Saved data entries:

════════════════════

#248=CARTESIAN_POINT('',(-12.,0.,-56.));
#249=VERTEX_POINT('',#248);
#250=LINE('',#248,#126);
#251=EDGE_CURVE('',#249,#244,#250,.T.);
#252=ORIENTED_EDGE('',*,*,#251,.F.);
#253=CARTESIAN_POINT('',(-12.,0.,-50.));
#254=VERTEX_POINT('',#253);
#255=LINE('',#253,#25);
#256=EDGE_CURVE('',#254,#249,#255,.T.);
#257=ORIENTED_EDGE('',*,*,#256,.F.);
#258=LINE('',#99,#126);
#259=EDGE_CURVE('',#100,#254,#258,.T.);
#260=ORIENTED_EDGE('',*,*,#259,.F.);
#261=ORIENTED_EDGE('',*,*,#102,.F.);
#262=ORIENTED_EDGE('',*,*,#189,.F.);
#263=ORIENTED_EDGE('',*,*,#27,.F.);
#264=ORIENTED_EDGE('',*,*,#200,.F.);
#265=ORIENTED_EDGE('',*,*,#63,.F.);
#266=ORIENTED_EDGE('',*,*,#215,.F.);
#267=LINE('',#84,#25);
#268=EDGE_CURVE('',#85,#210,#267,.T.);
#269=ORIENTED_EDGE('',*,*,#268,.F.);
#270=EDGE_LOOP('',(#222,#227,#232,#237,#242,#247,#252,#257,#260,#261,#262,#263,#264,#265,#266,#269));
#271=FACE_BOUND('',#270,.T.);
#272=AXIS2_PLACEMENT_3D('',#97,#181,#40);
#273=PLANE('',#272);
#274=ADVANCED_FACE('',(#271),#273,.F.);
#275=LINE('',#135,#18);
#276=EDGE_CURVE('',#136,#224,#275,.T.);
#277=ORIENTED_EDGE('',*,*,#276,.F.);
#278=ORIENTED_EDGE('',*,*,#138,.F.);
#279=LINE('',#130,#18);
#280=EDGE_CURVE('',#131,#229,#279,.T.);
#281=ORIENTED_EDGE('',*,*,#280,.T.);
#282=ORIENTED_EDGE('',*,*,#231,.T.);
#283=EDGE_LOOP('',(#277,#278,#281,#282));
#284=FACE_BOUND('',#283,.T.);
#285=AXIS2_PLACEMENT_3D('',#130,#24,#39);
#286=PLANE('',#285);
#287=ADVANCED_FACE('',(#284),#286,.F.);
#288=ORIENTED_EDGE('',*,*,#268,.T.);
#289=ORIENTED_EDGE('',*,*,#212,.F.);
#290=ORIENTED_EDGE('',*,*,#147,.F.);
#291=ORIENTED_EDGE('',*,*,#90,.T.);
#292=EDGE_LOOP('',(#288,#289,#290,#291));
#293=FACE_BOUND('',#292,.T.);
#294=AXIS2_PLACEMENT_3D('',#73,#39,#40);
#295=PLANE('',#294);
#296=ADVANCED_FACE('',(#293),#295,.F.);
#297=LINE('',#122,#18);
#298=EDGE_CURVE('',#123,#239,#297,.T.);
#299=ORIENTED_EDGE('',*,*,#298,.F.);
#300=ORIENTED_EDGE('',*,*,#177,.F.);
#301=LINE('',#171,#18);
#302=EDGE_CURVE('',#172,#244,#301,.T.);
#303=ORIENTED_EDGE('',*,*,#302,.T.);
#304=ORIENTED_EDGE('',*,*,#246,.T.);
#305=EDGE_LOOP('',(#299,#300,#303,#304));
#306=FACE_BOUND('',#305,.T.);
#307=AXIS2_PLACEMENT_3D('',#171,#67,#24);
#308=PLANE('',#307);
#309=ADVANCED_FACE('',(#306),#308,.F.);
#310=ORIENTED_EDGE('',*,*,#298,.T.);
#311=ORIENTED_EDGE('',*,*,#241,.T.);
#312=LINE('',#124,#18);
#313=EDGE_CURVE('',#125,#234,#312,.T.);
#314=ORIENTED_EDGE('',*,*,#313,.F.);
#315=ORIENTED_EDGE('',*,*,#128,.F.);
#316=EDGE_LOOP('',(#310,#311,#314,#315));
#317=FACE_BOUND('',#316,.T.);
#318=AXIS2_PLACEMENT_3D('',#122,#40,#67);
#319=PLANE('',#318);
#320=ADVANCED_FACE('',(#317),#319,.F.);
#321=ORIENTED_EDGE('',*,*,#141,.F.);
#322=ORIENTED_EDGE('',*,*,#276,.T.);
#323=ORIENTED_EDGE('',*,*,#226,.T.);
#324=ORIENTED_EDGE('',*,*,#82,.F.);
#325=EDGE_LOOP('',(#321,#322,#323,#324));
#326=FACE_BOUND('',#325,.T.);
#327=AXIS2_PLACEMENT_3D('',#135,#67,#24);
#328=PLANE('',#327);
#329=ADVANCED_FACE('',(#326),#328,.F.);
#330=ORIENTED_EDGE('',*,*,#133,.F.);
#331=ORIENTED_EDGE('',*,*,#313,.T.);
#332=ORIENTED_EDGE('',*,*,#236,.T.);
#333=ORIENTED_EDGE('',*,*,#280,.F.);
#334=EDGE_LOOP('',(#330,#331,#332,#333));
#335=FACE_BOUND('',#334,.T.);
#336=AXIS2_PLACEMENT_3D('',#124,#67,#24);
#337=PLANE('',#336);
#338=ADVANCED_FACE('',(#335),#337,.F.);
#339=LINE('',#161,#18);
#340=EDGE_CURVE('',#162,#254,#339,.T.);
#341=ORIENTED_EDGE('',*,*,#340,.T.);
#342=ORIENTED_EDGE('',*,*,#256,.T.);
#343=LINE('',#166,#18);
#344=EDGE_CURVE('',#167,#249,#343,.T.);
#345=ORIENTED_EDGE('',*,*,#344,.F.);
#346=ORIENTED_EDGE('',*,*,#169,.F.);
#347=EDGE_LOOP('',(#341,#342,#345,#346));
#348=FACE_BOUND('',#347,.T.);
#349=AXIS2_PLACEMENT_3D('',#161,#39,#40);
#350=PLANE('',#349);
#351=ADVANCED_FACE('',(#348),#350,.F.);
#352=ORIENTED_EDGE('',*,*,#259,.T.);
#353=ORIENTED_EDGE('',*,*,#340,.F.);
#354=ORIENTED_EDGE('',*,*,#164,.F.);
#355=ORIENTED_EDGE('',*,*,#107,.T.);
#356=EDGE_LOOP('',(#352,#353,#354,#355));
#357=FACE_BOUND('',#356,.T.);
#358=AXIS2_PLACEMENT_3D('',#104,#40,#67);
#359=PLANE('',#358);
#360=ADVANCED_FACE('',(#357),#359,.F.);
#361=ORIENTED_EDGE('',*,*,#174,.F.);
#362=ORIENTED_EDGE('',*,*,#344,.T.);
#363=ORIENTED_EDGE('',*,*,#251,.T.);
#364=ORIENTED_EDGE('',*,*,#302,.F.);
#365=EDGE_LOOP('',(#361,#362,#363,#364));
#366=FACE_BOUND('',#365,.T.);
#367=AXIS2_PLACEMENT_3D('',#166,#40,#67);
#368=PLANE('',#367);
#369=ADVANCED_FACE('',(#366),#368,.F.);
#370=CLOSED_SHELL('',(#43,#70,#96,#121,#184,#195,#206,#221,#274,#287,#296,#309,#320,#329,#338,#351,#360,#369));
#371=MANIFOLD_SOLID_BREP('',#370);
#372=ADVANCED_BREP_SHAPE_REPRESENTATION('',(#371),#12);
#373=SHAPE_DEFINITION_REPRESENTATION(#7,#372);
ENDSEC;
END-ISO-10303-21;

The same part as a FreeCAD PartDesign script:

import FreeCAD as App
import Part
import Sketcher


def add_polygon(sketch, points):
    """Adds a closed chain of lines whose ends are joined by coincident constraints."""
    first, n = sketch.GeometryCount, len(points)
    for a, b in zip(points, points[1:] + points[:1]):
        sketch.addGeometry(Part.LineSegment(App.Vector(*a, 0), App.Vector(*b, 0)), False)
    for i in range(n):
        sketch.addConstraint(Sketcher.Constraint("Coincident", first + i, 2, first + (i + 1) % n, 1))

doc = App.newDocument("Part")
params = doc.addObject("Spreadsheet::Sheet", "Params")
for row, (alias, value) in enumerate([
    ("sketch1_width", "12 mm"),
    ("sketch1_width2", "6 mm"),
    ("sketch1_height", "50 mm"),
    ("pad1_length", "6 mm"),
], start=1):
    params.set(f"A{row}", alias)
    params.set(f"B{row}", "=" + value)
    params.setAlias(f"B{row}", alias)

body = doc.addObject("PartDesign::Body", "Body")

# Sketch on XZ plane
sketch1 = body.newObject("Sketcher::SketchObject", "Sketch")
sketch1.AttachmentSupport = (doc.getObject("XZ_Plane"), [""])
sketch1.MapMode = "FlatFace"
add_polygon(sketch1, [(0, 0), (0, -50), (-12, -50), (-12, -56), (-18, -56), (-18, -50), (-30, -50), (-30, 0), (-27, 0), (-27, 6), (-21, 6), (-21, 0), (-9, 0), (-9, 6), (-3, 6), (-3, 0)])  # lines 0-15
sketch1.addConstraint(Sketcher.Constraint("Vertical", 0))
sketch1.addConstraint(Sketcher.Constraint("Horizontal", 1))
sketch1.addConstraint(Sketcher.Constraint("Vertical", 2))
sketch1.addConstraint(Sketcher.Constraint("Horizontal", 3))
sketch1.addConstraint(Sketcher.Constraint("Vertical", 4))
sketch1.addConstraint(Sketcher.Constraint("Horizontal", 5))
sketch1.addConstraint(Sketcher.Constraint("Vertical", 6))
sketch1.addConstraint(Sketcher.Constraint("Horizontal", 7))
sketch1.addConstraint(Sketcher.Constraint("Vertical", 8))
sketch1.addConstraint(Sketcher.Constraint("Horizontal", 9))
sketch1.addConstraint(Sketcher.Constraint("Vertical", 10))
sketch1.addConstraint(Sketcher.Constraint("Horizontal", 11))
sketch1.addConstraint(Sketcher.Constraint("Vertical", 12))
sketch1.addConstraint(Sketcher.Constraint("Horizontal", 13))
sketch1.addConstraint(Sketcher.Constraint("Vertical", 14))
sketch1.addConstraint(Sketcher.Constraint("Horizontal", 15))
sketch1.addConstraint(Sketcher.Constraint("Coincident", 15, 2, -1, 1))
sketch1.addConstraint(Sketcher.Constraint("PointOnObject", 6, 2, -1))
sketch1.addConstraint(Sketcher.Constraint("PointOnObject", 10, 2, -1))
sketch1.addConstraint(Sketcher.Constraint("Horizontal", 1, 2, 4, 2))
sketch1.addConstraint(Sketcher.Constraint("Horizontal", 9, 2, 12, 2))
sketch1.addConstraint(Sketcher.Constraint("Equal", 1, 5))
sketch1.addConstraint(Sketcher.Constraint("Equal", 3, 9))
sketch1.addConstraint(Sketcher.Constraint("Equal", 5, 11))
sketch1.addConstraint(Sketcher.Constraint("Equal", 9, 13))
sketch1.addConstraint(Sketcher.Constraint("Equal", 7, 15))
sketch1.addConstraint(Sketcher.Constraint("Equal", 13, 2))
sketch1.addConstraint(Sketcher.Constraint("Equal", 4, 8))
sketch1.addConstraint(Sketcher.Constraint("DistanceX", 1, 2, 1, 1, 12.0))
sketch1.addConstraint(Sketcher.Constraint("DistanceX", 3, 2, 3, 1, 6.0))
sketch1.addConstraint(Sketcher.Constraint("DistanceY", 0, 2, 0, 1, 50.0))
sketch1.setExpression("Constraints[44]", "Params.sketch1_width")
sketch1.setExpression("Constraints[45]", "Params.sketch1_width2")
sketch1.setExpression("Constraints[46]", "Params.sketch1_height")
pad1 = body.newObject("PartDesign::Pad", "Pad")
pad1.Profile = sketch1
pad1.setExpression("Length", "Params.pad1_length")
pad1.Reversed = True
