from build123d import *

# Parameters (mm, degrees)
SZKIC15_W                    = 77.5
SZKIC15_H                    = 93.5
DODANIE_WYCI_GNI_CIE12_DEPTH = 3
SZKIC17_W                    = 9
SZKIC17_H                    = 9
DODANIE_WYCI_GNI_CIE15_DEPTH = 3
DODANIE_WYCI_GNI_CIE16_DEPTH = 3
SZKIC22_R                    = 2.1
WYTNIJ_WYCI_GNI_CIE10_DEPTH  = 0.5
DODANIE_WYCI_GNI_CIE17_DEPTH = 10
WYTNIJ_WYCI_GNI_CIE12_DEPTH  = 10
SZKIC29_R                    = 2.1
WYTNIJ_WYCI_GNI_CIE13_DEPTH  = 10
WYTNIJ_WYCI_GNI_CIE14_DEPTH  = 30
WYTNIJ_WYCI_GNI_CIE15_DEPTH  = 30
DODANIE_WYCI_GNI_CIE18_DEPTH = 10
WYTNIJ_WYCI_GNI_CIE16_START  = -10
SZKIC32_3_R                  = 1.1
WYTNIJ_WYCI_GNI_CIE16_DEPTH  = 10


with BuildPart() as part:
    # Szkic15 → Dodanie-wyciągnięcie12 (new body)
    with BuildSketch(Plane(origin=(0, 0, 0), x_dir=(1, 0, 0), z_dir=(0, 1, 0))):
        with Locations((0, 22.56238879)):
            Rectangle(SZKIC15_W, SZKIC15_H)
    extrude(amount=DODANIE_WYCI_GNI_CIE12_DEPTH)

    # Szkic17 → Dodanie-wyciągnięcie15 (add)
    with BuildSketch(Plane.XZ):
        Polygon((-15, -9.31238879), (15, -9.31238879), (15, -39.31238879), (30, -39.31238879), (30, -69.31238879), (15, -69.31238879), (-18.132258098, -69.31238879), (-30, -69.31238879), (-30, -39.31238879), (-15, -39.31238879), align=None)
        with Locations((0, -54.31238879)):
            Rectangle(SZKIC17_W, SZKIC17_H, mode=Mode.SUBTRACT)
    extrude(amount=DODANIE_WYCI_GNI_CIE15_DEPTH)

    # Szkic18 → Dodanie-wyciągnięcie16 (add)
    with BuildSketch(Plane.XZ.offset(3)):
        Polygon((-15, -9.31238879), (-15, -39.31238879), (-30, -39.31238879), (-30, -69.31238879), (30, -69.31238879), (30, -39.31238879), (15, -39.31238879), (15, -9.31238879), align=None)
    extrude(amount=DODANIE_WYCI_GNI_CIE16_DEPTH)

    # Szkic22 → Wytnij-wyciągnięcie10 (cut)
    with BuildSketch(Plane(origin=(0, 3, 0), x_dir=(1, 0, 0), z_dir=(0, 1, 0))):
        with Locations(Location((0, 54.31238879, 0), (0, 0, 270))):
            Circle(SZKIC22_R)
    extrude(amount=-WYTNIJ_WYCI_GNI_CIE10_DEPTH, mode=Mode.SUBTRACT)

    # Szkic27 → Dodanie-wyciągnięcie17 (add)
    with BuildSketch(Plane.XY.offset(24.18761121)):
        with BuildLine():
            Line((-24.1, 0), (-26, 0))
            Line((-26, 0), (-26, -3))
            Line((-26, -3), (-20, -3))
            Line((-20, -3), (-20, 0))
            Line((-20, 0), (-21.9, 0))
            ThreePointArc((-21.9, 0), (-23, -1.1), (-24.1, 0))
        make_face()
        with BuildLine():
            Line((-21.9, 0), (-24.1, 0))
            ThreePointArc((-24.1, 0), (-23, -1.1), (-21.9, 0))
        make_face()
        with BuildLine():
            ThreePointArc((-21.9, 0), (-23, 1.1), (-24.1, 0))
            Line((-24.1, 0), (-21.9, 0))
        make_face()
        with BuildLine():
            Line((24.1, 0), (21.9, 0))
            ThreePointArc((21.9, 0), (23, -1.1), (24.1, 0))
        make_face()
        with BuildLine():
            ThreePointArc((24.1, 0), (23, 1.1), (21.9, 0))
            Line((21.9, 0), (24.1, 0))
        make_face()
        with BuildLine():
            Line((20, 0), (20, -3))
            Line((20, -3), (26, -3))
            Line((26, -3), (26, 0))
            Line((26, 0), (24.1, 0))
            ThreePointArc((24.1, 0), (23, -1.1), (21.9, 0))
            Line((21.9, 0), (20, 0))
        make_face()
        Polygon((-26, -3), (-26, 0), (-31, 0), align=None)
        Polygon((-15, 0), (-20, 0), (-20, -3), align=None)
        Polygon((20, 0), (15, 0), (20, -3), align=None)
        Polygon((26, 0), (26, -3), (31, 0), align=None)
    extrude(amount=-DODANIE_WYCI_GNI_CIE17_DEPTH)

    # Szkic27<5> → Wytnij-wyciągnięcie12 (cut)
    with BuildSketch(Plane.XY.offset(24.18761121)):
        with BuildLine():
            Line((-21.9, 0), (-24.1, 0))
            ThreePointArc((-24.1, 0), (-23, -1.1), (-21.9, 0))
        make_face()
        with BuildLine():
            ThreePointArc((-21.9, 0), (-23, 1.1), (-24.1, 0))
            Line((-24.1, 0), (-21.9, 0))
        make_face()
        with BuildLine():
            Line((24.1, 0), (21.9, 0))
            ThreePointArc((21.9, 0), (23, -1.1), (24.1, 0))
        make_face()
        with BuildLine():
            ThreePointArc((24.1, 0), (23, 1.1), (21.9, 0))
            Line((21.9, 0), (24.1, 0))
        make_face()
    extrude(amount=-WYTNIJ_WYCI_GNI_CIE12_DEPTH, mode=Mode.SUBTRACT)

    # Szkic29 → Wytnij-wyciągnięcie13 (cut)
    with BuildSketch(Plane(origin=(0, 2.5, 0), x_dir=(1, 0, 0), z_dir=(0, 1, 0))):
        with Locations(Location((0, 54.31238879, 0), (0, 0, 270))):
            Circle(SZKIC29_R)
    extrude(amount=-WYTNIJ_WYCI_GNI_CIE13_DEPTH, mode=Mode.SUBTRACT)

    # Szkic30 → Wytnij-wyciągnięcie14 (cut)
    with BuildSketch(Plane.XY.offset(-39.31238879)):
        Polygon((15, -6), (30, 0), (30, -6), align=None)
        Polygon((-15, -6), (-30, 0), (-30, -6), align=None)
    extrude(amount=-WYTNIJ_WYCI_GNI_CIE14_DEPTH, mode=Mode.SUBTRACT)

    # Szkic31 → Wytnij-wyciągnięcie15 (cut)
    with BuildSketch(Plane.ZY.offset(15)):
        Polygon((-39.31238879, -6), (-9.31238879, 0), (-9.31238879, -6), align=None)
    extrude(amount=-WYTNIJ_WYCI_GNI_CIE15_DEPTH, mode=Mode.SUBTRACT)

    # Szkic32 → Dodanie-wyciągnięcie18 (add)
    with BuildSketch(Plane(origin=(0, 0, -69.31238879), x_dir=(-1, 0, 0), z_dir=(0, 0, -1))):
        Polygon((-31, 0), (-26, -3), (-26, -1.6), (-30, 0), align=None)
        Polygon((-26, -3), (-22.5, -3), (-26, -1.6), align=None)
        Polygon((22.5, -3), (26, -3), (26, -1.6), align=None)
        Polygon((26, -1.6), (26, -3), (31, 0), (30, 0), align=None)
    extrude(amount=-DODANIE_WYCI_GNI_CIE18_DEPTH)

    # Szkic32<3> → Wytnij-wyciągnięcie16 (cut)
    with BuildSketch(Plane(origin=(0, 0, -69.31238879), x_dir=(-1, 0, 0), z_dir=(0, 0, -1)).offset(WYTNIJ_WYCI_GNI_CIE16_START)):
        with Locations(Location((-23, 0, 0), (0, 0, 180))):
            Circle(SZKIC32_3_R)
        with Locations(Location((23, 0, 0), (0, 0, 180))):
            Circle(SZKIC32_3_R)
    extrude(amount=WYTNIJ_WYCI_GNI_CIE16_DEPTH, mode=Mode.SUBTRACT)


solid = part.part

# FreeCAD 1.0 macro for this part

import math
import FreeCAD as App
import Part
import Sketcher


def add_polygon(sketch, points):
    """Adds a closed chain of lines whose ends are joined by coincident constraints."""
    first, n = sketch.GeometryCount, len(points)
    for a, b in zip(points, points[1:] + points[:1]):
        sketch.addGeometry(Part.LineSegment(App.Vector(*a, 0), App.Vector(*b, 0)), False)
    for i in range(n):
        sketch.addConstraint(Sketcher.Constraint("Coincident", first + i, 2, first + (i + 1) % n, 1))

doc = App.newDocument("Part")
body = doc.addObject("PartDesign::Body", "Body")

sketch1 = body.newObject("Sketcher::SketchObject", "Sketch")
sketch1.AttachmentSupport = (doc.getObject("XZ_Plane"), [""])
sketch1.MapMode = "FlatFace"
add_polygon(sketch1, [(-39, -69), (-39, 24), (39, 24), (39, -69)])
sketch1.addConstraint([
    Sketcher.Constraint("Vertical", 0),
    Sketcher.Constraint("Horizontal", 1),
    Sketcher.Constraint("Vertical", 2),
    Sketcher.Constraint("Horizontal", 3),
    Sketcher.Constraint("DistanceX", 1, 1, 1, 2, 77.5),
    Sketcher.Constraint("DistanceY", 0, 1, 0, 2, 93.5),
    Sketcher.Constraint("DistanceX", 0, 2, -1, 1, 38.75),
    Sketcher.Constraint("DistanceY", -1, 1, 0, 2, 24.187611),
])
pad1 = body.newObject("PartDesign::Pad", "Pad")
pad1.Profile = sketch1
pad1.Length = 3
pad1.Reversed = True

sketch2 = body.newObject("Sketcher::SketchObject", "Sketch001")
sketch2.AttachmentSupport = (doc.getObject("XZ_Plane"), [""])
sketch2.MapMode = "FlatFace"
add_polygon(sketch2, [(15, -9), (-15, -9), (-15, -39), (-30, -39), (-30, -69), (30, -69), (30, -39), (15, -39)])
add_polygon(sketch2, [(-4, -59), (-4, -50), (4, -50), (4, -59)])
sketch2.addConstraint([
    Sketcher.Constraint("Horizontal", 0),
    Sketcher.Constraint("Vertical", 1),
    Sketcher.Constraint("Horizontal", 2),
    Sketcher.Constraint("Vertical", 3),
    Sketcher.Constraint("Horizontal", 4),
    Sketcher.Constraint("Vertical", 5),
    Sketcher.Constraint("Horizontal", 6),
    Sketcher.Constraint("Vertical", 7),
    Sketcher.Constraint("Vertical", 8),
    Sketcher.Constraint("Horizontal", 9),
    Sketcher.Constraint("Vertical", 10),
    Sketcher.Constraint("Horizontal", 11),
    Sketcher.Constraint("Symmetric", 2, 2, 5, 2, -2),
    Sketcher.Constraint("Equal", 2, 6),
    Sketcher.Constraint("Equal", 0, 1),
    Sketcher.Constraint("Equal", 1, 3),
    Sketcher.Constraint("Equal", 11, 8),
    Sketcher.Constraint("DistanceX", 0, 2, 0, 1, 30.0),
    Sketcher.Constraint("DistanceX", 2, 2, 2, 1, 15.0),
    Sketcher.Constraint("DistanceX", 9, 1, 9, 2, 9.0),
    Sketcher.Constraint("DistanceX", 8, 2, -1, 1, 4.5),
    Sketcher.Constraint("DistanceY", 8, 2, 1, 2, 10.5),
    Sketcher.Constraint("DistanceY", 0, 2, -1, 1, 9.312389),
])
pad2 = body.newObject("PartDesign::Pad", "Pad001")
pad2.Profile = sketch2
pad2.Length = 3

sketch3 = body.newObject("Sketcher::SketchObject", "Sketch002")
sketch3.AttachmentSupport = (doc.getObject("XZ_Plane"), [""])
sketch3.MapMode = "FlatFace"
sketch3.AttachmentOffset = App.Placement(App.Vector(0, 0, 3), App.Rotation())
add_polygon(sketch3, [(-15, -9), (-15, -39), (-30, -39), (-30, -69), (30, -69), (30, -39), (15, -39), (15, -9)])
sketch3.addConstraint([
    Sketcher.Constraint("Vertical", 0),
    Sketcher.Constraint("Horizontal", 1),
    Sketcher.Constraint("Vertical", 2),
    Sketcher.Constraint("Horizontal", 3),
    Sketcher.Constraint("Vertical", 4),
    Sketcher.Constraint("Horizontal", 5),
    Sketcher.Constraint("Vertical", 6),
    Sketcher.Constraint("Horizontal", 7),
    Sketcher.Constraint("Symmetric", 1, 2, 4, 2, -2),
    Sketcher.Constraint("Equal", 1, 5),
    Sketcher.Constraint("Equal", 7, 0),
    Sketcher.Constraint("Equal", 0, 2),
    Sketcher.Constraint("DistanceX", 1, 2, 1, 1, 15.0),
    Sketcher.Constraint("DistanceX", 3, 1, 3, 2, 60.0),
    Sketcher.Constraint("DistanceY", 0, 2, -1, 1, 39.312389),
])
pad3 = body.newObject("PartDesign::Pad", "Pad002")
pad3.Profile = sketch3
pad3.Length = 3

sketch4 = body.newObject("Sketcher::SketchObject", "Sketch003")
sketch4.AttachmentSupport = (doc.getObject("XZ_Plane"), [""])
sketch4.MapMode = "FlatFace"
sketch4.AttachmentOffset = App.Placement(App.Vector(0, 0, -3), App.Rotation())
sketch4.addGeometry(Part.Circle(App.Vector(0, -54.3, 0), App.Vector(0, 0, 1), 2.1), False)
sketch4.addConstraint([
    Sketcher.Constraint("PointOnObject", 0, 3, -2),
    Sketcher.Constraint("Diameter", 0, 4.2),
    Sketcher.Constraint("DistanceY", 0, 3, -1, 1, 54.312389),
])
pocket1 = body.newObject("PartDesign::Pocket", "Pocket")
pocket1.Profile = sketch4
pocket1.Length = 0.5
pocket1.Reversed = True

════════════════════

* [WORK ITEM] Please go through the entries and show every line with the word "origin".

* [ANSWER FOR THE TASK]
    with BuildSketch(Plane(origin=(0, 0, 0), x_dir=(1, 0, 0), z_dir=(0, 1, 0))):
    with BuildSketch(Plane(origin=(0, 3, 0), x_dir=(1, 0, 0), z_dir=(0, 1, 0))):
    with BuildSketch(Plane(origin=(0, 2.5, 0), x_dir=(1, 0, 0), z_dir=(0, 1, 0))):
    with BuildSketch(Plane(origin=(0, 0, -69.31238879), x_dir=(-1, 0, 0), z_dir=(0, 0, -1))):
    with BuildSketch(Plane(origin=(0, 0, -69.31238879), x_dir=(-1, 0, 0), z_dir=(0, 0, -1)).offset(WYTNIJ_WYCI_GNI_CIE16_START)):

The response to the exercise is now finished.